= Lord Grizzly =

1954 biographical novel by Frederick Manfred

First edition (publ. McGraw-Hill)

Lord Grizzly is a 1954 biographical novel by Frederick Manfred. It was part of his Buckskin Man Tales series of five novels. It was Manfred's first novel published under his new pen name, with his prior seven novels published under the name Feike Feikema. A screenplay was written by the husband of the author's daughter Freya, but no film was ever produced. The novel was a bestseller and it was a finalist for the National Book Award in 1955.

==Plot==
It describes the survival ordeal of a real mountain man, Hugh Glass, who was attacked by a bear and abandoned in the wilderness by his companions (a young Jim Bridger and John S. Fitzpatrick), on the assumption he could not possibly live. Glass, with a broken leg and open wounds, had to crawl most of the way to Fort Kiowa to reach safety. When crawling back, Hugh could only dwell on revenge to the men who abandoned him.

==History==
Manfred previously wrote seven novels from 1944 to 1951, under the name Feike Feikema, and they received poor reception. Due to his expanding family and debt, the author started a poll at a street corner in Minneapolis, Minnesota, in order to determine if changing his name would help improve the sale of his books. He legally changed his name to Frederick Manfred, but publishers continued to have no interest. Manfred asked a groceryman, milkman, and fuel seller in the neighborhood if he could pay them in a few months as a favor. Manfred returned to his writing and later wrote Lord Grizzly after doing much research. Part of Manfred's research for the novel was reading about life on the frontier during the 1880s, including reading around 60 books. Manfred created his own splint for his leg as Hugh Glass may have done after a bear broke Glass's leg during a fight. He inched along his backyard in Bloomington, Minnesota, as well as river bluffs, to act out what it would have been like for Glass. Since Glass only ate what he was able to catch without a weapon, Manfred ate ants, mice, grub worms, and grasshoppers.

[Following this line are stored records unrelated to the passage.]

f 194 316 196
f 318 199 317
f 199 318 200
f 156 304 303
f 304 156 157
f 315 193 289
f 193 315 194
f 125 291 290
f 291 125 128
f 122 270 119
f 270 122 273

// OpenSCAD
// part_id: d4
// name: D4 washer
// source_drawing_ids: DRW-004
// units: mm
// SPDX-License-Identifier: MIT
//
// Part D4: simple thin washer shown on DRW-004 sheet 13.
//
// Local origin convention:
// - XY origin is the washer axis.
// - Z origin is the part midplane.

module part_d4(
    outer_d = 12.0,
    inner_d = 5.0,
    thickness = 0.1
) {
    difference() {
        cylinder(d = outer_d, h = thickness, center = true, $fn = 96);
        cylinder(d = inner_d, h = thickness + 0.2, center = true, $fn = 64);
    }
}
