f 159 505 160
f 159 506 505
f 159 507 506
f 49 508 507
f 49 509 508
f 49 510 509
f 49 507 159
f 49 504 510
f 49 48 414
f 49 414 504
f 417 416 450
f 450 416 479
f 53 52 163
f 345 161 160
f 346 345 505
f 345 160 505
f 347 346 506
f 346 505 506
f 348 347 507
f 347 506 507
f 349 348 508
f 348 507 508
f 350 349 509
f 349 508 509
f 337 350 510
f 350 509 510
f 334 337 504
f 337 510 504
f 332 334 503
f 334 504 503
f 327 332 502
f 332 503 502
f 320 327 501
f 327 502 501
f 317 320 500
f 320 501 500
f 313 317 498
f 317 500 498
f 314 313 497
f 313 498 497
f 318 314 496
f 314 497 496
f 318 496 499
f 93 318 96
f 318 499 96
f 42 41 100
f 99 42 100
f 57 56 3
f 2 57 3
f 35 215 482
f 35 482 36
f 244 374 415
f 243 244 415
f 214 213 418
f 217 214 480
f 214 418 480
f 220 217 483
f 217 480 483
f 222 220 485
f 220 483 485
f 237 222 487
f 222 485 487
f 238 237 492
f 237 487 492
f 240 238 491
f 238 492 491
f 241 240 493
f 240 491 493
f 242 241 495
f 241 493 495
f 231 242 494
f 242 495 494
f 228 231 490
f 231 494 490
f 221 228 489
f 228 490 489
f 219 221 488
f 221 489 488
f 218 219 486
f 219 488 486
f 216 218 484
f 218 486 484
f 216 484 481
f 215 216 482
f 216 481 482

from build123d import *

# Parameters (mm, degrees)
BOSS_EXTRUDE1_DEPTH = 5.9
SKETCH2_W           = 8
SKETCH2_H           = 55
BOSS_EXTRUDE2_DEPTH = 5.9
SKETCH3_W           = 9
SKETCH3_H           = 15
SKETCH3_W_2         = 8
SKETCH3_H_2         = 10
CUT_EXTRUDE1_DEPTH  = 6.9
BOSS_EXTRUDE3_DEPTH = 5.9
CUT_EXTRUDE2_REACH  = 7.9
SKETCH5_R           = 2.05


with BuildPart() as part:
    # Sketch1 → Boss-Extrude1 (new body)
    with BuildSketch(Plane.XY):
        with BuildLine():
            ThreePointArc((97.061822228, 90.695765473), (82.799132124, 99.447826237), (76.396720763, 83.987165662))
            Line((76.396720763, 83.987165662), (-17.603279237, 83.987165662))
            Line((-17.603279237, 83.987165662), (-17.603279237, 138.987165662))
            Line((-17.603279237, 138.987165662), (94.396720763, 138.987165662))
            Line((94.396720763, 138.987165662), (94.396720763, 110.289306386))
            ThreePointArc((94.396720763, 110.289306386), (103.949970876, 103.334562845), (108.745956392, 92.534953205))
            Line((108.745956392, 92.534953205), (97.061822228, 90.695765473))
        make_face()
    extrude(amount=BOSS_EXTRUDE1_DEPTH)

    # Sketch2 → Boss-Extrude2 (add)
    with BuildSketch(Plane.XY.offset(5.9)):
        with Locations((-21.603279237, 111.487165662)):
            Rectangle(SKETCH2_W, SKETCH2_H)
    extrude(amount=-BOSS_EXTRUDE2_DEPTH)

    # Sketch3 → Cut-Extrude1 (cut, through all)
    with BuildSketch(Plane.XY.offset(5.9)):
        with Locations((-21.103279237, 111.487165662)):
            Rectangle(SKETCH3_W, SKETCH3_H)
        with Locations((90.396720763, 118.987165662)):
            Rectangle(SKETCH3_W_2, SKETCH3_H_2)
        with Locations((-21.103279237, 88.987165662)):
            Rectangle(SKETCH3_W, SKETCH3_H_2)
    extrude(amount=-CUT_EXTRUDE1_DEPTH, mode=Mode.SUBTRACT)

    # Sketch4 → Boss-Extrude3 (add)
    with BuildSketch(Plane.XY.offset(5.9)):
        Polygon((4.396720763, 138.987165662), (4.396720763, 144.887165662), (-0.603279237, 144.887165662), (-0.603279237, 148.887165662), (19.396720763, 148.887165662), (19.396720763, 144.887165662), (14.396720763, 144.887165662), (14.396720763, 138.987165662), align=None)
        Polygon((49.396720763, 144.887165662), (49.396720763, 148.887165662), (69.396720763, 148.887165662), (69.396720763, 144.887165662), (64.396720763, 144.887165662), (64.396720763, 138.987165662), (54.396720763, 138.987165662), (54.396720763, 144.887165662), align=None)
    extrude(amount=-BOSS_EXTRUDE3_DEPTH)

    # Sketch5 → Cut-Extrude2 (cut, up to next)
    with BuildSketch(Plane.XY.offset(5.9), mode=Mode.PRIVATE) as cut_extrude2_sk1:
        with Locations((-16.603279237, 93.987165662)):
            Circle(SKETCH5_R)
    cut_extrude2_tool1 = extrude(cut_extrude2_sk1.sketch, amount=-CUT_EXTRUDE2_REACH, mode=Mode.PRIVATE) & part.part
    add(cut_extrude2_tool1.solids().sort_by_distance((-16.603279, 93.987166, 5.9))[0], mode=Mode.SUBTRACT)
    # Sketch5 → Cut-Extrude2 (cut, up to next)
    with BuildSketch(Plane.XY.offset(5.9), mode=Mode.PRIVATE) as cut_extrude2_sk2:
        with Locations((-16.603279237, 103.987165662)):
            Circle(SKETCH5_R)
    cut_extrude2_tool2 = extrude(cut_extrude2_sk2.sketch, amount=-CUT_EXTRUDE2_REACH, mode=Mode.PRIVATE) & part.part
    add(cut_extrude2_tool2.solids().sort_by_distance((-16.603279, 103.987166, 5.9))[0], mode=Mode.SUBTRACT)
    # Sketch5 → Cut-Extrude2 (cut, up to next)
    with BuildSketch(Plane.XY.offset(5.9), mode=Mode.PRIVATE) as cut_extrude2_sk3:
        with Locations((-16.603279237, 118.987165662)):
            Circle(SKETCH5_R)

Manfred said that grasshoppers taste better than ants. Manfred journeyed across South Dakota along the Grand River to reach Chamberlain, South Dakota, where Fort Kiowa once was. A representative from a book publisher was interested in the novel and sent it in for printing. A pocket book company later bought the rights for the novel to be republished in 1956. The novel is part of Manfred's Buckskin Man Tales.

==Film==
The husband of Manfred's daughter Freya, Tom Pope, produced a screenplay for Lord Grizzly, but studios were not interested at the time due to it being a western. When the film The Revenant, based on the 2002 novel about Hugh Glass, was released, Manfred's daughter and her husband were sad that it was not based on Lord Grizzly.

==Reception==
Madison Jones of The New York Times wrote in reference to the five Buckskin Man Tales novels, "But the very best of these novels, and surely a Western classic, is Lord Grizzly." William Carlos Williams said, "I have never in my lifetime of reading about our West met with anything like it." Lord Grizzly was a bestseller, and a finalist for the National Book Award in 1955.